## [Task statement]
Once the line holding "normal blind 18" is found in the listing below, write it out and each later line exactly, up to and including the one holding "0) x (0, 0, 1)".

## [Data for the task]
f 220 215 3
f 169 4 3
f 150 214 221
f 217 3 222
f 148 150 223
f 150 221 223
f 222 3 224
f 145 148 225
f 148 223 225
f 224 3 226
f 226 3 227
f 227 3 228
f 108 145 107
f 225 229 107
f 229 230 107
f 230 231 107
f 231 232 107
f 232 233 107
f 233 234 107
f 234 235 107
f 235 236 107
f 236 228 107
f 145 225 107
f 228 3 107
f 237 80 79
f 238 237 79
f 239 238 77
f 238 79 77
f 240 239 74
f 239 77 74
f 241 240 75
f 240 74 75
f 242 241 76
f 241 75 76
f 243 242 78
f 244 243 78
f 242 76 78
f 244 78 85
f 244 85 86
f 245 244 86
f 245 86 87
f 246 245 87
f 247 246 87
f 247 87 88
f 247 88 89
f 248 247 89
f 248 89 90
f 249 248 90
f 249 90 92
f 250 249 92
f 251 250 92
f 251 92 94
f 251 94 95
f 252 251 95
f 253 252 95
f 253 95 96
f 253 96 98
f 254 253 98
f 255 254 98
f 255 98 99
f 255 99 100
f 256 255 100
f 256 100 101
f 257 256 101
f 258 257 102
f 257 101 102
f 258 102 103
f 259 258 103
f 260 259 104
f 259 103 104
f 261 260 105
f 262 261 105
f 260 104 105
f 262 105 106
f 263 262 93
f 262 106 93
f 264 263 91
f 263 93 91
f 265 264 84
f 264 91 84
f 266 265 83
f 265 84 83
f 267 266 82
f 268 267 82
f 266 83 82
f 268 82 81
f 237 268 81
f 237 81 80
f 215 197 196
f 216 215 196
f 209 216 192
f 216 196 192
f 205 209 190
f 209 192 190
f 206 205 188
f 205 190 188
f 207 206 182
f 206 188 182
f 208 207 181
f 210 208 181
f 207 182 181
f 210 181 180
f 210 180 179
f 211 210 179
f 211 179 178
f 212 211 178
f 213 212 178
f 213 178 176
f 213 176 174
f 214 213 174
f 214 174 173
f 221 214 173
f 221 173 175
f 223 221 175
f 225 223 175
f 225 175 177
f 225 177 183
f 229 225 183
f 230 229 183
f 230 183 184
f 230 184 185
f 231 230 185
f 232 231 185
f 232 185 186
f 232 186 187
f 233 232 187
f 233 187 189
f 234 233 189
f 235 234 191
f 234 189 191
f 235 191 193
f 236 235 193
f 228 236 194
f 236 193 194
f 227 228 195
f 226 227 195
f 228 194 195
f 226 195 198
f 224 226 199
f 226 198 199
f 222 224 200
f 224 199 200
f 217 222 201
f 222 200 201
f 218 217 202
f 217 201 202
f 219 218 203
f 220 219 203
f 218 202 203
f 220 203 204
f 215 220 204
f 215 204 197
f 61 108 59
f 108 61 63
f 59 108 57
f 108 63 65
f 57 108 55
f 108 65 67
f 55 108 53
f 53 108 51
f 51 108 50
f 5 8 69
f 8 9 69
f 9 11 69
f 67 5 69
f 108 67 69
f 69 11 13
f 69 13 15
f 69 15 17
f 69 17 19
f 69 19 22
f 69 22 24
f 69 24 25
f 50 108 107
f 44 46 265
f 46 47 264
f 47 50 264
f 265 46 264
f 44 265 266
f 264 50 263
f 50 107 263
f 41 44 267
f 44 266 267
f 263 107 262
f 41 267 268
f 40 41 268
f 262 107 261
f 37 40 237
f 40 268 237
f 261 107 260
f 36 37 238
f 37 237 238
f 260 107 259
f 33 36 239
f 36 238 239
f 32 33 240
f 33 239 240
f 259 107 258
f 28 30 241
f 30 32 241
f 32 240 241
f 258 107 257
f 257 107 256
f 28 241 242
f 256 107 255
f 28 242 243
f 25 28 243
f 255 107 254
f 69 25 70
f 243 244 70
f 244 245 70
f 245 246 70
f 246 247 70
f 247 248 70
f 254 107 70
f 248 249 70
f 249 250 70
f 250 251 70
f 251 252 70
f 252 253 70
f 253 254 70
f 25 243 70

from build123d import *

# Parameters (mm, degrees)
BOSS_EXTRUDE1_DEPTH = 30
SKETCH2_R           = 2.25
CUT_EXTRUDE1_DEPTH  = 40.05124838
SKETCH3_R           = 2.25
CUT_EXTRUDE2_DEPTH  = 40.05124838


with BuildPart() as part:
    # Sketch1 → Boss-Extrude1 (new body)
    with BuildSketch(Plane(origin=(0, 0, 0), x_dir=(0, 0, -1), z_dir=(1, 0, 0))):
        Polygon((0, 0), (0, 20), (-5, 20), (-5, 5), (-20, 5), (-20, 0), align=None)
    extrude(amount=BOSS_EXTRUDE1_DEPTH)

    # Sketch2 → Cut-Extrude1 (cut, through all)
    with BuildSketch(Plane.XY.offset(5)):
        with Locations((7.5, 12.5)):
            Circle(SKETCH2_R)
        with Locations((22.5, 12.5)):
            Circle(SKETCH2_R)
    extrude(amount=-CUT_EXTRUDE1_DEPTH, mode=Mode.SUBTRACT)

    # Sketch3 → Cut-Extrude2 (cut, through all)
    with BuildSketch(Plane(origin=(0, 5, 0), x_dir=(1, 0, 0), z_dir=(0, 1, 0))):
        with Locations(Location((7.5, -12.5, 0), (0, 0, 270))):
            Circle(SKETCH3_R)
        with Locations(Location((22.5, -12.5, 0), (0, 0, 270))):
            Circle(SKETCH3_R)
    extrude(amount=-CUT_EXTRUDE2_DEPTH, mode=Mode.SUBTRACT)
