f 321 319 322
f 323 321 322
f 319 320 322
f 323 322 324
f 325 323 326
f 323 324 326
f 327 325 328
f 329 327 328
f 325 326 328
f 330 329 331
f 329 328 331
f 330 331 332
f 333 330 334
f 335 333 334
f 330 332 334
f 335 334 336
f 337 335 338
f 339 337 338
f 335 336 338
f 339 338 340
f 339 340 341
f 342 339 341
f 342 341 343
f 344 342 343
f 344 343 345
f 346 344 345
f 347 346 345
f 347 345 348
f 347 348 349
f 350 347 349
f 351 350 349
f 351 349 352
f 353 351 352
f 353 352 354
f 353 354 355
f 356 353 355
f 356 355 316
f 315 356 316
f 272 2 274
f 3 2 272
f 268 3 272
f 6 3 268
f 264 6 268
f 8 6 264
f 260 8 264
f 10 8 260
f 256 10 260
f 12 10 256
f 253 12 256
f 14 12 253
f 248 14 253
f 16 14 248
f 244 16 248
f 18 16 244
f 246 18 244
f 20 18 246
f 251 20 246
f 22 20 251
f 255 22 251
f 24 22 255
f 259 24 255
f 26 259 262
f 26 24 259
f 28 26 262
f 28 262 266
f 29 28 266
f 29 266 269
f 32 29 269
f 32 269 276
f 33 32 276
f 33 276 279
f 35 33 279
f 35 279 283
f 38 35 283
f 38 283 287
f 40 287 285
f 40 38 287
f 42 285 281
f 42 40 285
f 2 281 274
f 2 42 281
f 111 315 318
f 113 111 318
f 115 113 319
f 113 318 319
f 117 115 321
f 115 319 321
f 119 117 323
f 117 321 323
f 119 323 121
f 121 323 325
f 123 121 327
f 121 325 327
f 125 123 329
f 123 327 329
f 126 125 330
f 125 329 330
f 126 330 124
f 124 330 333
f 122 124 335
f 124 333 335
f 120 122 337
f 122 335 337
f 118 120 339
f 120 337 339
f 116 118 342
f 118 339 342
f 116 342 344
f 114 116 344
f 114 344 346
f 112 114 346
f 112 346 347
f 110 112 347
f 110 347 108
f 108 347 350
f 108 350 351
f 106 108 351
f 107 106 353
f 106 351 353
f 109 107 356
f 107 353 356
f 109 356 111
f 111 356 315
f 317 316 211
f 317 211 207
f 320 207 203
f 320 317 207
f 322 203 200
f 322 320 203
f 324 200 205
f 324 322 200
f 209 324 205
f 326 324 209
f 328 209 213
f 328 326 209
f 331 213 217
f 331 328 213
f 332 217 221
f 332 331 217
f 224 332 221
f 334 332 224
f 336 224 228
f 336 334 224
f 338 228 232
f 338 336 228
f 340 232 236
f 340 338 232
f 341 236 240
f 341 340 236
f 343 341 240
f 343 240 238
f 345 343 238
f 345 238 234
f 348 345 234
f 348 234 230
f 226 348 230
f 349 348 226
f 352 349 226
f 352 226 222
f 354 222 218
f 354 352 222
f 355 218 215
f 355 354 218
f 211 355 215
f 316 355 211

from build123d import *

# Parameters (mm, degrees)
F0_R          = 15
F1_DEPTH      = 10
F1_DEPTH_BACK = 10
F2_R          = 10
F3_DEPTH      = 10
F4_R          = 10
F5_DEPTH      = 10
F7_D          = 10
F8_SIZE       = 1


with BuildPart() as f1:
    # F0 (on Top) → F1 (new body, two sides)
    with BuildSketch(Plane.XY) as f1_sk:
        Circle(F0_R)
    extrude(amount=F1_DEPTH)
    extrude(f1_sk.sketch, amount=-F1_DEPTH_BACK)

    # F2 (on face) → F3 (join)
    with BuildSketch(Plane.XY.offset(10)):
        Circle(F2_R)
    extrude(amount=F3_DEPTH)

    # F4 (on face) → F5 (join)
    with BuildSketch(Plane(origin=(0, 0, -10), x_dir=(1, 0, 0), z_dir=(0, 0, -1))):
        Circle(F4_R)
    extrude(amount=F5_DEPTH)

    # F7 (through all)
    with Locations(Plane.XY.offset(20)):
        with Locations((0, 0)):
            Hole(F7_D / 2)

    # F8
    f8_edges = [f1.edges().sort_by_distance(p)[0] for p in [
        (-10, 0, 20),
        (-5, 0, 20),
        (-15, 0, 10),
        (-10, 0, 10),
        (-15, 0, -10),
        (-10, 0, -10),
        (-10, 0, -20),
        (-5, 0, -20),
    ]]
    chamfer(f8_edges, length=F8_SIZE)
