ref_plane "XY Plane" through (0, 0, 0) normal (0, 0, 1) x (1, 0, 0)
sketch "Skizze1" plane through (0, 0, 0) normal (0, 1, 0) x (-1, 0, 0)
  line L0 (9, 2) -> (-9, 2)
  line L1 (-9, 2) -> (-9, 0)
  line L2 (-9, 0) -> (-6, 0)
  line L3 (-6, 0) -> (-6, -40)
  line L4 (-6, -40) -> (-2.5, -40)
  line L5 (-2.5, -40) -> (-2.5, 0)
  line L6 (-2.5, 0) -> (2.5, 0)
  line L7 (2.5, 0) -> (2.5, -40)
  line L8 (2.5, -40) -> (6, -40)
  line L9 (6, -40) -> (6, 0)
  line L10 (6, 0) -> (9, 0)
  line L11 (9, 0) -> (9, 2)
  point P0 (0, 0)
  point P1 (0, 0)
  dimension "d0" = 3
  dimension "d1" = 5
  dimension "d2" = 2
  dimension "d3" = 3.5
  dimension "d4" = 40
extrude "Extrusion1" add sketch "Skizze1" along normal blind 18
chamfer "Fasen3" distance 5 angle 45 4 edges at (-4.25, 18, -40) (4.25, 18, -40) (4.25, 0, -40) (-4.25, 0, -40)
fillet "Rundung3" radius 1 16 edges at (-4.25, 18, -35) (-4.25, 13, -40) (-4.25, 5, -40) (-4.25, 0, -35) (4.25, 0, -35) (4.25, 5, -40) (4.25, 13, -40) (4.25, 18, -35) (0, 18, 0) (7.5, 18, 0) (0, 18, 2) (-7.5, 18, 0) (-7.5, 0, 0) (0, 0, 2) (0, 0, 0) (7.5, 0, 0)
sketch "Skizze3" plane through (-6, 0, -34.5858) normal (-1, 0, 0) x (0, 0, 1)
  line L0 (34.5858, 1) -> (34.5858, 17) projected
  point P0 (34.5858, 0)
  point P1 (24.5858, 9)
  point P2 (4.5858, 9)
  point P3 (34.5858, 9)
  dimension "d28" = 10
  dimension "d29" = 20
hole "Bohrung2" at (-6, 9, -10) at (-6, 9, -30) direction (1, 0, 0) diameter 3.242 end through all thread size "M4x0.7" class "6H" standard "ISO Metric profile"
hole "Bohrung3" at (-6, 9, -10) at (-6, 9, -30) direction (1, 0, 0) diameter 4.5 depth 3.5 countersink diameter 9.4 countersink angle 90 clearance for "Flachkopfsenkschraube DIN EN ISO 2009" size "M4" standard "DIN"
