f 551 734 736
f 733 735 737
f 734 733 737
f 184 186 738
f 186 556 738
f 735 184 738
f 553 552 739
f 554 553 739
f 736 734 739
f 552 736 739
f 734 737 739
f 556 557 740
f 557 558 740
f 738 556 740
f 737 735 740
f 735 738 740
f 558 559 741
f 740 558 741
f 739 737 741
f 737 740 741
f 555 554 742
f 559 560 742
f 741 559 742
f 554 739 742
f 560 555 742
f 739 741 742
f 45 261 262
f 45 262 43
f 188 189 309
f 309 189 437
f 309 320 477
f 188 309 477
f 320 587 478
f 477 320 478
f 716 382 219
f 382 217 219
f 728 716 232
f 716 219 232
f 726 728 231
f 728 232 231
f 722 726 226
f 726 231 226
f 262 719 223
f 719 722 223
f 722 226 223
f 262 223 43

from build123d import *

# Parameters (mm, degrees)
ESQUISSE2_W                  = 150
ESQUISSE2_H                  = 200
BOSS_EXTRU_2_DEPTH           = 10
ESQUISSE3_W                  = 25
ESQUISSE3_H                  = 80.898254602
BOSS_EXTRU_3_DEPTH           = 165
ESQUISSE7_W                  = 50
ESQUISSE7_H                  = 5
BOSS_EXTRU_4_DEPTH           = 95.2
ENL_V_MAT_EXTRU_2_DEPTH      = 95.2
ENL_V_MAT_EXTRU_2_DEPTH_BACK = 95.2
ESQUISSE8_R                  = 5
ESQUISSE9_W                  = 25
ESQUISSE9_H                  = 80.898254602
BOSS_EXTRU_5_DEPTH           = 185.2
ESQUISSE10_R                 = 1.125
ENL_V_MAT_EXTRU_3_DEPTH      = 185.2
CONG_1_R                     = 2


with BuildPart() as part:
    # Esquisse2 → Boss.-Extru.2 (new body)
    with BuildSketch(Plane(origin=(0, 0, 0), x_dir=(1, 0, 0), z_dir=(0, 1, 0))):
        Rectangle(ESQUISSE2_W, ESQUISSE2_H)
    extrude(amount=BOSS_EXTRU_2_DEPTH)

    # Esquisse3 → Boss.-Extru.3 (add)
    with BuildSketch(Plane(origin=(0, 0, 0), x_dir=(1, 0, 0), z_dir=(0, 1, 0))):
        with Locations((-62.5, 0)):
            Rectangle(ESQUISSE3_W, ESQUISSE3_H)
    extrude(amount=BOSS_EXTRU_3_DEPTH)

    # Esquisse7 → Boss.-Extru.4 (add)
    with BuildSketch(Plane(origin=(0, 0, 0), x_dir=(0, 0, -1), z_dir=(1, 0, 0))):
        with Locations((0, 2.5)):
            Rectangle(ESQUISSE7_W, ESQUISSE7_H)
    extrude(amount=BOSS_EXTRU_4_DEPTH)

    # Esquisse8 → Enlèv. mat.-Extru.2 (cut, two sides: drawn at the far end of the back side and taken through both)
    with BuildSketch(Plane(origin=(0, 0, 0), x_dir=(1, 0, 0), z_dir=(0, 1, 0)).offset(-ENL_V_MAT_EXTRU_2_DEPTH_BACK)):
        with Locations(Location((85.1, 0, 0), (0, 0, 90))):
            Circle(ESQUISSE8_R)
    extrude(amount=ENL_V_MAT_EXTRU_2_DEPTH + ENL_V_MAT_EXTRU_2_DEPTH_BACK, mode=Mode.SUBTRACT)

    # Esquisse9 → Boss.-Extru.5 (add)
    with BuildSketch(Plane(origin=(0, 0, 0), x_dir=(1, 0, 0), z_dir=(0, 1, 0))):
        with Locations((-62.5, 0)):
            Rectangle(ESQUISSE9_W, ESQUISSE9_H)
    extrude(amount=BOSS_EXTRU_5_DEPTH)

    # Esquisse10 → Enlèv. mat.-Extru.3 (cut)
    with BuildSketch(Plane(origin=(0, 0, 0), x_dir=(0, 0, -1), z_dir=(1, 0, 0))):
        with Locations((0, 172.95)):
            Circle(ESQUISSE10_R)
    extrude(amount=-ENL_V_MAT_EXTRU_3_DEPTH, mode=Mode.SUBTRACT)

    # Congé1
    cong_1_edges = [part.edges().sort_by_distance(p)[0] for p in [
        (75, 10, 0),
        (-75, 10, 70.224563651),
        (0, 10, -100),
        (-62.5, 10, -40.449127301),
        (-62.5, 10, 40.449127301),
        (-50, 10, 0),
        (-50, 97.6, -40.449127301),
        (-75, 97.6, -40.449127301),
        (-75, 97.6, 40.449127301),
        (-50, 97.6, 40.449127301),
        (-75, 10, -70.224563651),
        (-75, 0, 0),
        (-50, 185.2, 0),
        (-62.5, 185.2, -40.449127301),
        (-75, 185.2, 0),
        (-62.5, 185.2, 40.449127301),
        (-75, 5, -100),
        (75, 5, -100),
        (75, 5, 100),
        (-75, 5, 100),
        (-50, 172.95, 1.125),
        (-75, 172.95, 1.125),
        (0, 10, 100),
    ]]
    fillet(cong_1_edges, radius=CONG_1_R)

## [Exercise result]
extrude "Extrusion1" add sketch "Skizze1" along normal blind 18
chamfer "Fasen3" distance 5 angle 45 4 edges at (-4.25, 18, -40) (4.25, 18, -40) (4.25, 0, -40) (-4.25, 0, -40)
fillet "Rundung3" radius 1 16 edges at (-4.25, 18, -35) (-4.25, 13, -40) (-4.25, 5, -40) (-4.25, 0, -35) (4.25, 0, -35) (4.25, 5, -40) (4.25, 13, -40) (4.25, 18, -35) (0, 18, 0) (7.5, 18, 0) (0, 18, 2) (-7.5, 18, 0) (-7.5, 0, 0) (0, 0, 2) (0, 0, 0) (7.5, 0, 0)
sketch "Skizze3" plane through (-6, 0, -34.5858) normal (-1, 0, 0) x (0, 0, 1)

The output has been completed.